-- RECORD SET follows --
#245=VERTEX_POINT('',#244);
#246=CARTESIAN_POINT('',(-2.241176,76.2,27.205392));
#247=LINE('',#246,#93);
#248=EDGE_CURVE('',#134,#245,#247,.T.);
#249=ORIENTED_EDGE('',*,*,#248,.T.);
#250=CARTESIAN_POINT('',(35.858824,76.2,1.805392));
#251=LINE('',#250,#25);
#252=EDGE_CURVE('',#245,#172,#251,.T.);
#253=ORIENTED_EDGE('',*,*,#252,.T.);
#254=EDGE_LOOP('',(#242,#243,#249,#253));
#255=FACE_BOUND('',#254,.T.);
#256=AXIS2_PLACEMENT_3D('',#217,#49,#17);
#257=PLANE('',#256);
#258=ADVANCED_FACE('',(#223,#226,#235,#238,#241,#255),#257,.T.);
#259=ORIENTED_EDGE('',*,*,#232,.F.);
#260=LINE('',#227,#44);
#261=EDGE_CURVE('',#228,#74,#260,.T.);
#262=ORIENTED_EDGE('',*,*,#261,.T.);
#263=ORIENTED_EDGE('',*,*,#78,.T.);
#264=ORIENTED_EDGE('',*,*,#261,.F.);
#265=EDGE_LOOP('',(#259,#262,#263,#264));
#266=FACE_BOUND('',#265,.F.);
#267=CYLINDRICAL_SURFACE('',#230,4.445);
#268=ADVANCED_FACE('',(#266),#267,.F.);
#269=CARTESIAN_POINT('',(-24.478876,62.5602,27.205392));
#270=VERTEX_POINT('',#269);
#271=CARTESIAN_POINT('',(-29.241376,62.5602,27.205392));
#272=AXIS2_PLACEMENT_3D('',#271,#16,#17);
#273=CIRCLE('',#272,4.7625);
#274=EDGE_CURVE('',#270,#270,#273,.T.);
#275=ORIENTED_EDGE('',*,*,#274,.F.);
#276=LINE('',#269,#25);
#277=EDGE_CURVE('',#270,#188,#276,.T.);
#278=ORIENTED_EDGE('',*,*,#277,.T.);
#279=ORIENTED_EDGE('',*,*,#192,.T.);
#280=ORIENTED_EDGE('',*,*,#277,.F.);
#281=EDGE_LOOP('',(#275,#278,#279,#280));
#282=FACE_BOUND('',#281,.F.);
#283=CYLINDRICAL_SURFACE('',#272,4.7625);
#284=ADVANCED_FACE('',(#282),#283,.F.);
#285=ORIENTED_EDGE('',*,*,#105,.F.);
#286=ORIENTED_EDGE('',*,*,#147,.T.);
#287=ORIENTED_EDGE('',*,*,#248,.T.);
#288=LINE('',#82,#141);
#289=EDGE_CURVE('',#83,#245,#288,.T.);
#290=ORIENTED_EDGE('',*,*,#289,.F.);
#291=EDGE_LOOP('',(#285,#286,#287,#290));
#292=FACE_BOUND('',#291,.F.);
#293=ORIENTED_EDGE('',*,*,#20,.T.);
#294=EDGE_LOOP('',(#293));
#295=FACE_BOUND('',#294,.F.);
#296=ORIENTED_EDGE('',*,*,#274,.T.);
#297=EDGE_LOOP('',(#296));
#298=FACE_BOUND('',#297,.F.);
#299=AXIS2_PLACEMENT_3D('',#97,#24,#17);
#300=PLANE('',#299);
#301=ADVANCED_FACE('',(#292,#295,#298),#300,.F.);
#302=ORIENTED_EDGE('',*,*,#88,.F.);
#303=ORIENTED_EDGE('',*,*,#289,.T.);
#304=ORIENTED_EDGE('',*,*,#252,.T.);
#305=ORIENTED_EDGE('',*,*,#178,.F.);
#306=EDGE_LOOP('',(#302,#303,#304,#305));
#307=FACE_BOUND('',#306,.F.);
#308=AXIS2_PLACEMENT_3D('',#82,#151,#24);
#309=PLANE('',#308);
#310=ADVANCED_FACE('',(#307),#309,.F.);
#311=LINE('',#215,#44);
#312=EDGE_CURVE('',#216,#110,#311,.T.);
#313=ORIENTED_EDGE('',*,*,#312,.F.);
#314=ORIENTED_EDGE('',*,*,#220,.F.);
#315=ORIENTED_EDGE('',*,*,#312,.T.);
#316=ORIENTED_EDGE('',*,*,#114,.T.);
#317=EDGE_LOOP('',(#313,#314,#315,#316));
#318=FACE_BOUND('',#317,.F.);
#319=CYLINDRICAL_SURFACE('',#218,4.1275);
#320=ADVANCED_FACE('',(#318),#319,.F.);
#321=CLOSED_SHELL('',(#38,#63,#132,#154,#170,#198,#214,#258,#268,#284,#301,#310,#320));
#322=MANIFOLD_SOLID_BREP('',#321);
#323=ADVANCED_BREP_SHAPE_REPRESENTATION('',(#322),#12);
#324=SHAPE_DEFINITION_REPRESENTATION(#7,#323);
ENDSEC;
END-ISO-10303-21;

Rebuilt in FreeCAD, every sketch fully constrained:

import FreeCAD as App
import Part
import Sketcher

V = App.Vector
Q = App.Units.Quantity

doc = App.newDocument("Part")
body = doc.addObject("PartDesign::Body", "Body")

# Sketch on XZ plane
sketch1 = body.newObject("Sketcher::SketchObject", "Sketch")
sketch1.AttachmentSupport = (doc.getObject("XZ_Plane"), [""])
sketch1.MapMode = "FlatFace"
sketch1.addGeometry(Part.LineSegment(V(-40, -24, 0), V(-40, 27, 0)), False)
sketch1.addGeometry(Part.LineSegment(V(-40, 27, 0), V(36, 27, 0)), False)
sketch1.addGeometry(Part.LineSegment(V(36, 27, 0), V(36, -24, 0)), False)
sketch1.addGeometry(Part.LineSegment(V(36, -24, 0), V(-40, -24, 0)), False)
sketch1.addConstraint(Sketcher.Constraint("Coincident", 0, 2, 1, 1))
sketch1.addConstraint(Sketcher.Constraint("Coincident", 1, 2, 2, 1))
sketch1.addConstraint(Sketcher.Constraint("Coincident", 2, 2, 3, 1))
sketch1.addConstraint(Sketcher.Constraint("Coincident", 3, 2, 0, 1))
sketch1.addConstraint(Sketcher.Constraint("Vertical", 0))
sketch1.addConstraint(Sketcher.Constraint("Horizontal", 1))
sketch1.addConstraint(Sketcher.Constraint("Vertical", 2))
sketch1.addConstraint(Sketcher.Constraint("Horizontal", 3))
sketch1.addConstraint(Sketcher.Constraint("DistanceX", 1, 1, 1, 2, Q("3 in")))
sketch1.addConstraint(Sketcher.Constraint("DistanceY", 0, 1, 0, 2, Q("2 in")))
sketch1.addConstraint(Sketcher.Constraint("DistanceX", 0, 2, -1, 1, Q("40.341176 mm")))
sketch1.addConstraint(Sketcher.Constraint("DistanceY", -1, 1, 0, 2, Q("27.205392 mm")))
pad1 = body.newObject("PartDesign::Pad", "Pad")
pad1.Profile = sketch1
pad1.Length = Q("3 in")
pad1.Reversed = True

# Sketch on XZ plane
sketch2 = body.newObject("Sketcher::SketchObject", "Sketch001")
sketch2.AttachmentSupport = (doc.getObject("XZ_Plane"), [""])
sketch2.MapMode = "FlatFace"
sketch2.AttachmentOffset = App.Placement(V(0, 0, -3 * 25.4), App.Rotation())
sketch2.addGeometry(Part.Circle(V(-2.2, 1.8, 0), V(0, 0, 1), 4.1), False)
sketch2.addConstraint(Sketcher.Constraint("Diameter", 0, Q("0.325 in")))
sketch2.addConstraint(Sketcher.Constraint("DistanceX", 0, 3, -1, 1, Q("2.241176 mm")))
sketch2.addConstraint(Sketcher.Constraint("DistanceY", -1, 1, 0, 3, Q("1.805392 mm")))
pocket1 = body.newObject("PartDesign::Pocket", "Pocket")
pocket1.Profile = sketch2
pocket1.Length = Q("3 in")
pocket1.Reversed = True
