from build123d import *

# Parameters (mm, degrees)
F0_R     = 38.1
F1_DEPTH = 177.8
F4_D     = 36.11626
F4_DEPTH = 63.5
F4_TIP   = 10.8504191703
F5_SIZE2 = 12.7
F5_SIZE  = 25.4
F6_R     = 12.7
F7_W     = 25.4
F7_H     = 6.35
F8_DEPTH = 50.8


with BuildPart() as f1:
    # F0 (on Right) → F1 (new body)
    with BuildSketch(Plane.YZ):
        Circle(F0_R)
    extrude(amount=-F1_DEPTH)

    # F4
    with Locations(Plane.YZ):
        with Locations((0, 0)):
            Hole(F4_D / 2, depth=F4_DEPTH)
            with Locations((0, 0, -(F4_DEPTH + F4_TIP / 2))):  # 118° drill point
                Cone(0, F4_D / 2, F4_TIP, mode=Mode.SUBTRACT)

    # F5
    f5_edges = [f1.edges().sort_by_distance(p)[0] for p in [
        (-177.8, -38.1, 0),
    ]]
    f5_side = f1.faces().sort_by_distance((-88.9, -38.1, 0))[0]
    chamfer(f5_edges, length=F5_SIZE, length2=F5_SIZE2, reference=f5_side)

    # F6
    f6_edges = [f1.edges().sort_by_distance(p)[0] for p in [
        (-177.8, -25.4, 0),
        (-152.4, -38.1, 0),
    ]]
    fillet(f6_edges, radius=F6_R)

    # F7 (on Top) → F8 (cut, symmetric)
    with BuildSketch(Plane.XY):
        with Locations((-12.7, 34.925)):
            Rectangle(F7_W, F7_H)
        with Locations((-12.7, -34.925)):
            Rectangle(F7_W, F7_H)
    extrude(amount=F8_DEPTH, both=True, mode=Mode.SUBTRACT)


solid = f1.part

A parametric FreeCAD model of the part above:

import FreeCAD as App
import Part
import Sketcher
Q = App.Units.Quantity


def edges_at(feature, points):
    """Names of the edges that pass closest to the given points."""
    edges = feature.Shape.Edges
    near = lambda p: min(range(len(edges)), key=lambda i: edges[i].distToShape(Part.Vertex(*p))[0])
    return sorted({f"Edge{near(p) + 1}" for p in points})


def add_polygon(sketch, points):
    """Adds a closed chain of lines whose ends are joined by coincident constraints."""
    first, n = sketch.GeometryCount, len(points)
    for a, b in zip(points, points[1:] + points[:1]):
        sketch.addGeometry(Part.LineSegment(App.Vector(*a, 0), App.Vector(*b, 0)), False)
    for i in range(n):
        sketch.addConstraint(Sketcher.Constraint("Coincident", first + i, 2, first + (i + 1) % n, 1))

doc = App.newDocument("Part")
body = doc.addObject("PartDesign::Body", "Body")

# Sketch on YZ plane
sketch1 = body.newObject("Sketcher::SketchObject", "Sketch")
sketch1.AttachmentSupport = (doc.getObject("YZ_Plane"), [""])
sketch1.MapMode = "FlatFace"
sketch1.addGeometry(Part.Circle(App.Vector(0, 0, 0), App.Vector(0, 0, 1), 38), False)
sketch1.addConstraint([
    Sketcher.Constraint("Coincident", 0, 3, -1, 1),
    Sketcher.Constraint("Diameter", 0, Q("3 in")),
])
pad1 = body.newObject("PartDesign::Pad", "Pad")
pad1.Profile = sketch1
pad1.Length = Q("7 in")
pad1.Reversed = True

# Sketch on YZ plane
sketch2 = body.newObject("Sketcher::SketchObject", "Sketch001")
sketch2.AttachmentSupport = (doc.getObject("YZ_Plane"), [""])
sketch2.MapMode = "FlatFace"
sketch2.addGeometry(Part.Circle(App.Vector(0, 0, 0), App.Vector(0, 0, 1), 18), False)
sketch2.addConstraint([
    Sketcher.Constraint("Coincident", 0, 3, -1, 1),
    Sketcher.Constraint("Diameter", 0, Q("1.4219 in")),
])
doc.recompute()
hole = body.newObject("PartDesign::Hole", "Hole")
hole.Profile = sketch2
hole.ThreadType = "None"
hole.Diameter = Q("1.4219 in")
hole.DepthType = "Dimension"
hole.Depth = Q("2.5 in")
hole.DrillPoint = "Angled"
hole.DrillPointAngle = 118
doc.recompute()

chamfer = body.newObject("PartDesign::Chamfer", "Chamfer")
chamfer.Base = (hole, edges_at(hole, [(-177.8, -38.1, 0)]))
chamfer.ChamferType = "Two distances"
chamfer.Size = Q("1 in")
chamfer.Size2 = Q("0.5 in")
doc.recompute()

fillet = body.newObject("PartDesign::Fillet", "Fillet")
fillet.Base = (chamfer, edges_at(chamfer, [(-177.8, -25.4, 0), (-152.4, -38.1, 0)]))
fillet.Radius = Q("0.5 in")

# Sketch on XY plane
sketch3 = body.newObject("Sketcher::SketchObject", "Sketch002")
sketch3.AttachmentSupport = (doc.getObject("XY_Plane"), [""])
sketch3.MapMode = "FlatFace"
add_polygon(sketch3, [(-25, 38), (-25, 32), (0, 32), (0, 38)])  # lines 0-3
add_polygon(sketch3, [(-25, -32), (-25, -38), (0, -38), (0, -32)])  # lines 4-7
sketch3.addConstraint([
    Sketcher.Constraint("Vertical", 0),
    Sketcher.Constraint("Horizontal", 1),
    Sketcher.Constraint("Vertical", 2),
    Sketcher.Constraint("Horizontal", 3),
    Sketcher.Constraint("Vertical", 4),
    Sketcher.Constraint("Horizontal", 5),
    Sketcher.Constraint("Vertical", 6),
    Sketcher.Constraint("Horizontal", 7),
    Sketcher.Constraint("Symmetric", 2, 2, 5, 2, -1, 1),
    Sketcher.Constraint("Symmetric", 1, 2, 6, 2, -1),
    Sketcher.Constraint("Vertical", 3, 2, 4, 2),
    Sketcher.Constraint("DistanceX", 1, 1, 1, 2, Q("1 in")),
    Sketcher.Constraint("DistanceY", 4, 2, 3, 2, Q("3 in")),
    Sketcher.Constraint("DistanceY", 0, 2, 0, 1, Q("0.25 in")),
])
pocket1 = body.newObject("PartDesign::Pocket", "Pocket")
pocket1.Profile = sketch3
pocket1.Length = Q("4 in")
pocket1.Midplane = True

doc.recompute()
-- RECORD SET concluded --
EXERCISE BRIEF:
Look back at the entries above. Retype the line with "#255=FACE_BOUND('',#254,.T.);", the line with "#306=EDGE_LOOP('',(#302,#303,#304,#305));", and all lines in between.

RESPONSE BELOW:
#255=FACE_BOUND('',#254,.T.);
#256=AXIS2_PLACEMENT_3D('',#217,#49,#17);
#257=PLANE('',#256);
#258=ADVANCED_FACE('',(#223,#226,#235,#238,#241,#255),#257,.T.);
#259=ORIENTED_EDGE('',*,*,#232,.F.);
#260=LINE('',#227,#44);
#261=EDGE_CURVE('',#228,#74,#260,.T.);
#262=ORIENTED_EDGE('',*,*,#261,.T.);
#263=ORIENTED_EDGE('',*,*,#78,.T.);
#264=ORIENTED_EDGE('',*,*,#261,.F.);
#265=EDGE_LOOP('',(#259,#262,#263,#264));
#266=FACE_BOUND('',#265,.F.);
#267=CYLINDRICAL_SURFACE('',#230,4.445);
#268=ADVANCED_FACE('',(#266),#267,.F.);
#269=CARTESIAN_POINT('',(-24.478876,62.5602,27.205392));
#270=VERTEX_POINT('',#269);
#271=CARTESIAN_POINT('',(-29.241376,62.5602,27.205392));
#272=AXIS2_PLACEMENT_3D('',#271,#16,#17);
#273=CIRCLE('',#272,4.7625);
#274=EDGE_CURVE('',#270,#270,#273,.T.);
#275=ORIENTED_EDGE('',*,*,#274,.F.);
#276=LINE('',#269,#25);
#277=EDGE_CURVE('',#270,#188,#276,.T.);
#278=ORIENTED_EDGE('',*,*,#277,.T.);
#279=ORIENTED_EDGE('',*,*,#192,.T.);
#280=ORIENTED_EDGE('',*,*,#277,.F.);
#281=EDGE_LOOP('',(#275,#278,#279,#280));
#282=FACE_BOUND('',#281,.F.);
#283=CYLINDRICAL_SURFACE('',#272,4.7625);
#284=ADVANCED_FACE('',(#282),#283,.F.);
#285=ORIENTED_EDGE('',*,*,#105,.F.);
#286=ORIENTED_EDGE('',*,*,#147,.T.);
#287=ORIENTED_EDGE('',*,*,#248,.T.);
#288=LINE('',#82,#141);
#289=EDGE_CURVE('',#83,#245,#288,.T.);
#290=ORIENTED_EDGE('',*,*,#289,.F.);
#291=EDGE_LOOP('',(#285,#286,#287,#290));
#292=FACE_BOUND('',#291,.F.);
#293=ORIENTED_EDGE('',*,*,#20,.T.);
#294=EDGE_LOOP('',(#293));
#295=FACE_BOUND('',#294,.F.);
#296=ORIENTED_EDGE('',*,*,#274,.T.);
#297=EDGE_LOOP('',(#296));
#298=FACE_BOUND('',#297,.F.);
#299=AXIS2_PLACEMENT_3D('',#97,#24,#17);
#300=PLANE('',#299);
#301=ADVANCED_FACE('',(#292,#295,#298),#300,.F.);
#302=ORIENTED_EDGE('',*,*,#88,.F.);
#303=ORIENTED_EDGE('',*,*,#289,.T.);
#304=ORIENTED_EDGE('',*,*,#252,.T.);
#305=ORIENTED_EDGE('',*,*,#178,.F.);
#306=EDGE_LOOP('',(#302,#303,#304,#305));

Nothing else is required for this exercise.